* PROBLEM TO SOLVE *
From the entries, copy out every line in which the word "Locations" is found.

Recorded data
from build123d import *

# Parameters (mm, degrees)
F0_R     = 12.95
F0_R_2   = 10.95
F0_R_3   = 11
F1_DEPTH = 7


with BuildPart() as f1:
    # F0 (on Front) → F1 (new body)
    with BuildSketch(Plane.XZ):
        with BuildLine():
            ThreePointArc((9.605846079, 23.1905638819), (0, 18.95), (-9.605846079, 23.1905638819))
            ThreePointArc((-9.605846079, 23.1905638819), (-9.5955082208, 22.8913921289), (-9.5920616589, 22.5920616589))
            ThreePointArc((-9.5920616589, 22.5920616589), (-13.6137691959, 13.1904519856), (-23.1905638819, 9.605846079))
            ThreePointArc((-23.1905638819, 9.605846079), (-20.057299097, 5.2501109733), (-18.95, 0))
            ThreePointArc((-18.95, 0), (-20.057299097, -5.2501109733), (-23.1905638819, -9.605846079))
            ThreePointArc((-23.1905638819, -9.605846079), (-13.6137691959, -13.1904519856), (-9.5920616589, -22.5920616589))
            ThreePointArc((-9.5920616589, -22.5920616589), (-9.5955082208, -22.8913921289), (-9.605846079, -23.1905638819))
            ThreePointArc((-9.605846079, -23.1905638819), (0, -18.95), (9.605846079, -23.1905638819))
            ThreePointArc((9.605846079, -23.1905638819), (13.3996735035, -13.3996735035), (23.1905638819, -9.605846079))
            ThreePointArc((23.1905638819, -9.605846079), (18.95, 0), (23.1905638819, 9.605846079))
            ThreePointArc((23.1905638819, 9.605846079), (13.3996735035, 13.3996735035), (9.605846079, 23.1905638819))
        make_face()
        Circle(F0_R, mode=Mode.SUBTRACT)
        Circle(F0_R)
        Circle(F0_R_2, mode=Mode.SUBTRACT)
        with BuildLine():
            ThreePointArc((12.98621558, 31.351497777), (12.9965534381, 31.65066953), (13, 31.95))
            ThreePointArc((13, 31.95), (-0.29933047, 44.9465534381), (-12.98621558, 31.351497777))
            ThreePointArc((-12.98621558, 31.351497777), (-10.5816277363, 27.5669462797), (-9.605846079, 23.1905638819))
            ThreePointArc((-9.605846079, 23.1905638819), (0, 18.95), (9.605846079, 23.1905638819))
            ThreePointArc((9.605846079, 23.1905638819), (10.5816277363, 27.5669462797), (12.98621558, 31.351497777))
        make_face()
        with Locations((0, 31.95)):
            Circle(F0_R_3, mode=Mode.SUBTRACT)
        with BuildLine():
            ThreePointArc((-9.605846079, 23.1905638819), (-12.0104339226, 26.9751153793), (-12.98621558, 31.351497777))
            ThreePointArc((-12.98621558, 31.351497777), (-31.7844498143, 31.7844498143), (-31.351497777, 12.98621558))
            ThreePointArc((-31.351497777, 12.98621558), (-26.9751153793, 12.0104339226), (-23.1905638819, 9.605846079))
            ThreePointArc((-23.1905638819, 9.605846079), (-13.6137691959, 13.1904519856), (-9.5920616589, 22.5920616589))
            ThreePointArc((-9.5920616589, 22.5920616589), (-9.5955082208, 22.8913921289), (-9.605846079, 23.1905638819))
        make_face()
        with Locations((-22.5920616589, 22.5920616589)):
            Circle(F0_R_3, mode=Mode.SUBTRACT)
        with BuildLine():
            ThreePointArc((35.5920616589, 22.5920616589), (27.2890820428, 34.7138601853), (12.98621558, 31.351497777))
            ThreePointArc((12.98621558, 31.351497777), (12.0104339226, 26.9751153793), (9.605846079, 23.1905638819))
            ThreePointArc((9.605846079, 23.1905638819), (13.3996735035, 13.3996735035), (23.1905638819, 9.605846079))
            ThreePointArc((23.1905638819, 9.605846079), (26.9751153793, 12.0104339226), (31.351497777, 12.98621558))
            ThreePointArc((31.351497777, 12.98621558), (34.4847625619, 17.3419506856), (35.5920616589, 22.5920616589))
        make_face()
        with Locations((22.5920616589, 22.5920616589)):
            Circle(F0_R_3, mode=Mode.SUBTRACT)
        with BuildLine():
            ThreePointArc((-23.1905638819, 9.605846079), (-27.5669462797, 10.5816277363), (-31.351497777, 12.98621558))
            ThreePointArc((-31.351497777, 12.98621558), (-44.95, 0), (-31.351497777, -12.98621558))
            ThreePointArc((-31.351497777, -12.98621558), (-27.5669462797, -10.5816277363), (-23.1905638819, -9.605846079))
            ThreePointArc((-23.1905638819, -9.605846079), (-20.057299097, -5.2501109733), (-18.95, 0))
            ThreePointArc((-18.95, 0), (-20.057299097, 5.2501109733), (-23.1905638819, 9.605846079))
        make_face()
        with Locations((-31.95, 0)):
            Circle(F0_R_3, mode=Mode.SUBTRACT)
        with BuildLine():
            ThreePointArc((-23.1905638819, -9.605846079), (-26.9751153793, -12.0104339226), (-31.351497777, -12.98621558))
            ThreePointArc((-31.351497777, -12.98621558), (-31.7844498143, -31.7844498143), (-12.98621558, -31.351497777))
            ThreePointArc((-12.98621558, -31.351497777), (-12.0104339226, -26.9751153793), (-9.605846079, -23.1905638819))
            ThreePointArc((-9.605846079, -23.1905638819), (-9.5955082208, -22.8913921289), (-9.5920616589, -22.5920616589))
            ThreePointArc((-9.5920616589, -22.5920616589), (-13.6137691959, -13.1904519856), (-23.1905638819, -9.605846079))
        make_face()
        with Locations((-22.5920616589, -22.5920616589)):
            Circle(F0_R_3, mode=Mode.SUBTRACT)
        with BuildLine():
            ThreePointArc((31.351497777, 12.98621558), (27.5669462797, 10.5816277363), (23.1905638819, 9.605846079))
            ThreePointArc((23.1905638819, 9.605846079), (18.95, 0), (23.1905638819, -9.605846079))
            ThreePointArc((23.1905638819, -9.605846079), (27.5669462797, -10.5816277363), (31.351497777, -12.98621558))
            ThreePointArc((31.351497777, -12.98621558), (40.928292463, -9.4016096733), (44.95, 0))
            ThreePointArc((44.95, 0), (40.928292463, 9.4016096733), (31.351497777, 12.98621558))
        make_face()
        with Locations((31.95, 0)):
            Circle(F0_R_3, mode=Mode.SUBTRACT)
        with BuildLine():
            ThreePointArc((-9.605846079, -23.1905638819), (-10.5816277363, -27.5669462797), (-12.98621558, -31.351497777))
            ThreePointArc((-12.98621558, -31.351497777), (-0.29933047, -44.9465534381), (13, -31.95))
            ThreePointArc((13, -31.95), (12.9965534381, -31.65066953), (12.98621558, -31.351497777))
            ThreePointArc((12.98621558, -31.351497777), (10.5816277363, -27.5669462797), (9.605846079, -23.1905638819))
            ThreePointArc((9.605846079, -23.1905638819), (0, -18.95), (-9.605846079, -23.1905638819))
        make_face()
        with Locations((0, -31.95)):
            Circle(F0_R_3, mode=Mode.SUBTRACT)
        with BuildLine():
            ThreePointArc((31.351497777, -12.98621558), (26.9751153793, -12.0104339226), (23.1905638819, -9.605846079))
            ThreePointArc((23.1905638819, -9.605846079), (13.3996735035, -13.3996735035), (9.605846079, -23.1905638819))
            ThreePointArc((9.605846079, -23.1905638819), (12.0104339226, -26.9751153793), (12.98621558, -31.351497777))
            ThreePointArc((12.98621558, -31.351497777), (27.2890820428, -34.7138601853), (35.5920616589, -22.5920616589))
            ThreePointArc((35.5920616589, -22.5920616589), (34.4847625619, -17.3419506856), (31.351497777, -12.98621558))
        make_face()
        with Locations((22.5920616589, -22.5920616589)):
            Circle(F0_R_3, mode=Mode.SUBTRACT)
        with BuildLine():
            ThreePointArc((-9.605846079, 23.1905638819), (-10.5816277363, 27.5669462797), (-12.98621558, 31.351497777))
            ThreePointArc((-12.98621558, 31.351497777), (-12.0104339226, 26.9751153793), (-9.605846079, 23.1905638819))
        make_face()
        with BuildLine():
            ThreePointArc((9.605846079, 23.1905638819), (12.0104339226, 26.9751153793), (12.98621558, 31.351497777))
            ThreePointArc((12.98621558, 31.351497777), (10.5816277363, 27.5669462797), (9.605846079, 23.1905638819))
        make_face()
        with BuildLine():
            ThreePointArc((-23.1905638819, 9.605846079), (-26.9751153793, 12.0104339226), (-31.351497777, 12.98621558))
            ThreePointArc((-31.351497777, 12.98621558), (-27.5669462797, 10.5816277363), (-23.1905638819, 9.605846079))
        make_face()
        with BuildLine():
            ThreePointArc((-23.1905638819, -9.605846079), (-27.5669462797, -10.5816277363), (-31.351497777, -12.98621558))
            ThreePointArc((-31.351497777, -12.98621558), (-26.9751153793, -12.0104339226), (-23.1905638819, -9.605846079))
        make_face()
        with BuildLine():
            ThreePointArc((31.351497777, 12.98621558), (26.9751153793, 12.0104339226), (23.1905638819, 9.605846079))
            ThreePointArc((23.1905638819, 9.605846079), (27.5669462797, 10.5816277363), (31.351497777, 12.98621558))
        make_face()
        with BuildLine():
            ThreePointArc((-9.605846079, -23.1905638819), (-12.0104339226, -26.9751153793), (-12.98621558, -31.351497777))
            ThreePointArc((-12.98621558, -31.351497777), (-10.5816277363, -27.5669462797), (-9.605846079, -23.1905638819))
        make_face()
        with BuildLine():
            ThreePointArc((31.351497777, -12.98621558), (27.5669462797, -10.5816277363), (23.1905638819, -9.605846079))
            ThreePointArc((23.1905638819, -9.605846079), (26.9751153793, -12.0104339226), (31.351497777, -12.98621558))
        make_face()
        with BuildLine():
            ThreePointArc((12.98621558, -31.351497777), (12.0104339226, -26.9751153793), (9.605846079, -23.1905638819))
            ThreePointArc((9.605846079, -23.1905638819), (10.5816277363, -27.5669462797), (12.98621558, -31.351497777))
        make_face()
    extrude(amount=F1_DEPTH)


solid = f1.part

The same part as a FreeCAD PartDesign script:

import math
import FreeCAD as App
import Part
import Sketcher

V = App.Vector

doc = App.newDocument("Part")
body = doc.addObject("PartDesign::Body", "Body")

sketch1 = body.newObject("Sketcher::SketchObject", "Sketch")
sketch1.AttachmentSupport = (doc.getObject("XZ_Plane"), [""])
sketch1.MapMode = "FlatFace"
sketch1.addGeometry([
    Part.ArcOfCircle(Part.Circle(V(0, -31.95, 0), V(0, 0, 1), 13), math.radians(0), math.radians(2.638752)),
    Part.ArcOfCircle(Part.Circle(V(22.592062, -22.592062, 0), V(0, 0, 1), 13), math.radians(-137.638752), math.radians(0)),
    Part.ArcOfCircle(Part.Circle(V(22.592062, -22.592062, 0), V(0, 0, 1), 13), math.radians(0), math.radians(47.638752)),
    Part.ArcOfCircle(Part.Circle(V(31.95, 0, 0), V(0, 0, 1), 13), math.radians(-92.638752), math.radians(0)),
    Part.ArcOfCircle(Part.Circle(V(31.95, 0, 0), V(0, 0, 1), 13), math.radians(0), math.radians(92.638752)),
    Part.ArcOfCircle(Part.Circle(V(22.592062, 22.592062, 0), V(0, 0, 1), 13), math.radians(-47.638752), math.radians(0)),
    Part.ArcOfCircle(Part.Circle(V(22.592062, 22.592062, 0), V(0, 0, 1), 13), math.radians(0), math.radians(137.638752)),
    Part.ArcOfCircle(Part.Circle(V(0, 31.95, 0), V(0, 0, 1), 13), math.radians(-2.638752), math.radians(0)),
    Part.ArcOfCircle(Part.Circle(V(0, 31.95, 0), V(0, 0, 1), 13), math.radians(0), math.radians(182.638752)),
    Part.ArcOfCircle(Part.Circle(V(-22.592062, 22.592062, 0), V(0, 0, 1), 13), math.radians(42.361248), math.radians(227.638752)),
    Part.ArcOfCircle(Part.Circle(V(-31.95, 0, 0), V(0, 0, 1), 13), math.radians(87.361248), math.radians(272.638752)),
    Part.ArcOfCircle(Part.Circle(V(-22.592062, -22.592062, 0), V(0, 0, 1), 13), math.radians(132.361248), math.radians(317.638752)),
    Part.ArcOfCircle(Part.Circle(V(0, -31.95, 0), V(0, 0, 1), 13), math.radians(177.361248), math.radians(360)),
    Part.Circle(V(-22.592062, -22.592062, 0), V(0, 0, 1), 11),
    Part.Circle(V(0, -31.95, 0), V(0, 0, 1), 11),
    Part.Circle(V(22.592062, -22.592062, 0), V(0, 0, 1), 11),
    Part.Circle(V(-31.95, 0, 0), V(0, 0, 1), 11),
    Part.Circle(V(-22.592062, 22.592062, 0), V(0, 0, 1), 11),
    Part.Circle(V(0, 0, 0), V(0, 0, 1), 10.95),
    Part.Circle(V(31.95, 0, 0), V(0, 0, 1), 11),
    Part.Circle(V(0, 31.95, 0), V(0, 0, 1), 11),
    Part.Circle(V(22.592062, 22.592062, 0), V(0, 0, 1), 11),
], False)
sketch1.addConstraint([
    Sketcher.Constraint("Coincident", 0, 2, 1, 1),
    Sketcher.Constraint("Tangent", 1, 2, 2, 1),
    Sketcher.Constraint("Coincident", 2, 2, 3, 1),
    Sketcher.Constraint("Tangent", 3, 2, 4, 1),
    Sketcher.Constraint("Coincident", 4, 2, 5, 1),
    Sketcher.Constraint("Tangent", 5, 2, 6, 1),
    Sketcher.Constraint("Coincident", 6, 2, 7, 1),
    Sketcher.Constraint("Tangent", 7, 2, 8, 1),
    Sketcher.Constraint("Coincident", 8, 2, 9, 1),
    Sketcher.Constraint("Coincident", 9, 2, 10, 1),
    Sketcher.Constraint("Coincident", 10, 2, 11, 1),
    Sketcher.Constraint("Coincident", 11, 2, 12, 1),
    Sketcher.Constraint("Tangent", 12, 2, 0, 1),
    Sketcher.Constraint("Coincident", 18, 3, -1, 1),
    Sketcher.Constraint("Coincident", 13, 3, 11, 3),
    Sketcher.Constraint("Coincident", 14, 3, 0, 3),
    Sketcher.Constraint("Coincident", 15, 3, 1, 3),
    Sketcher.Constraint("Coincident", 16, 3, 10, 3),
    Sketcher.Constraint("Coincident", 17, 3, 9, 3),
    Sketcher.Constraint("Coincident", 19, 3, 3, 3),
    Sketcher.Constraint("Coincident", 20, 3, 7, 3),
    Sketcher.Constraint("Coincident", 21, 3, 5, 3),
    Sketcher.Constraint("Equal", 0, 1),
    Sketcher.Constraint("Equal", 1, 2),
    Sketcher.Constraint("Equal", 2, 3),
    Sketcher.Constraint("Equal", 3, 4),
    Sketcher.Constraint("Equal", 4, 5),
    Sketcher.Constraint("Equal", 5, 6),
    Sketcher.Constraint("Equal", 6, 7),
    Sketcher.Constraint("Equal", 7, 8),
    Sketcher.Constraint("Equal", 8, 9),
    Sketcher.Constraint("Equal", 9, 10),
    Sketcher.Constraint("Equal", 10, 11),
    Sketcher.Constraint("Equal", 11, 12),
    Sketcher.Constraint("Equal", 13, 14),
    Sketcher.Constraint("Equal", 14, 15),
    Sketcher.Constraint("Equal", 15, 16),
    Sketcher.Constraint("Equal", 16, 17),
    Sketcher.Constraint("Equal", 17, 19),
    Sketcher.Constraint("Equal", 19, 20),
    Sketcher.Constraint("Equal", 20, 21),
    Sketcher.Constraint("Symmetric", 0, 3, 7, 3, -1, 1),
    Sketcher.Constraint("Symmetric", 1, 3, 9, 3, -1, 1),
    Sketcher.Constraint("Symmetric", 3, 3, 10, 3, -1, 1),
    Sketcher.Constraint("Symmetric", 5, 3, 11, 3, -1, 1),
    Sketcher.Constraint("Symmetric", 5, 3, 9, 3, -2),
    Sketcher.Constraint("Symmetric", 7, 2, 12, 2, -1),
    Sketcher.Constraint("PointOnObject", 3, 3, -1),
    Sketcher.Constraint("PointOnObject", 3, 2, -1),
    Sketcher.Constraint("Horizontal", 15, 3, 1, 2),
    Sketcher.Constraint("Horizontal", 21, 3, 5, 2),
    Sketcher.Constraint("Horizontal", 20, 3, 7, 2),
    Sketcher.Constraint("Diameter", 13, 22.0),
    Sketcher.Constraint("Radius", 0, 13.0),
    Sketcher.Constraint("Diameter", 18, 21.9),
    Sketcher.Constraint("DistanceY", 0, 3, -1, 1, 31.95),
    Sketcher.Constraint("DistanceX", -1, 1, 3, 3, 31.95),
    Sketcher.Constraint("DistanceX", -1, 1, 1, 3, 22.592062),
    Sketcher.Constraint("DistanceY", 1, 3, -1, 1, 22.592062),
])
pad1 = body.newObject("PartDesign::Pad", "Pad")
pad1.Profile = sketch1
pad1.Length = 7

doc.recompute()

* PROBLEM SOLUTION *
        with Locations((0, 31.95)):
        with Locations((-22.5920616589, 22.5920616589)):
        with Locations((22.5920616589, 22.5920616589)):
        with Locations((-31.95, 0)):
        with Locations((-22.5920616589, -22.5920616589)):
        with Locations((31.95, 0)):
        with Locations((0, -31.95)):
        with Locations((22.5920616589, -22.5920616589)):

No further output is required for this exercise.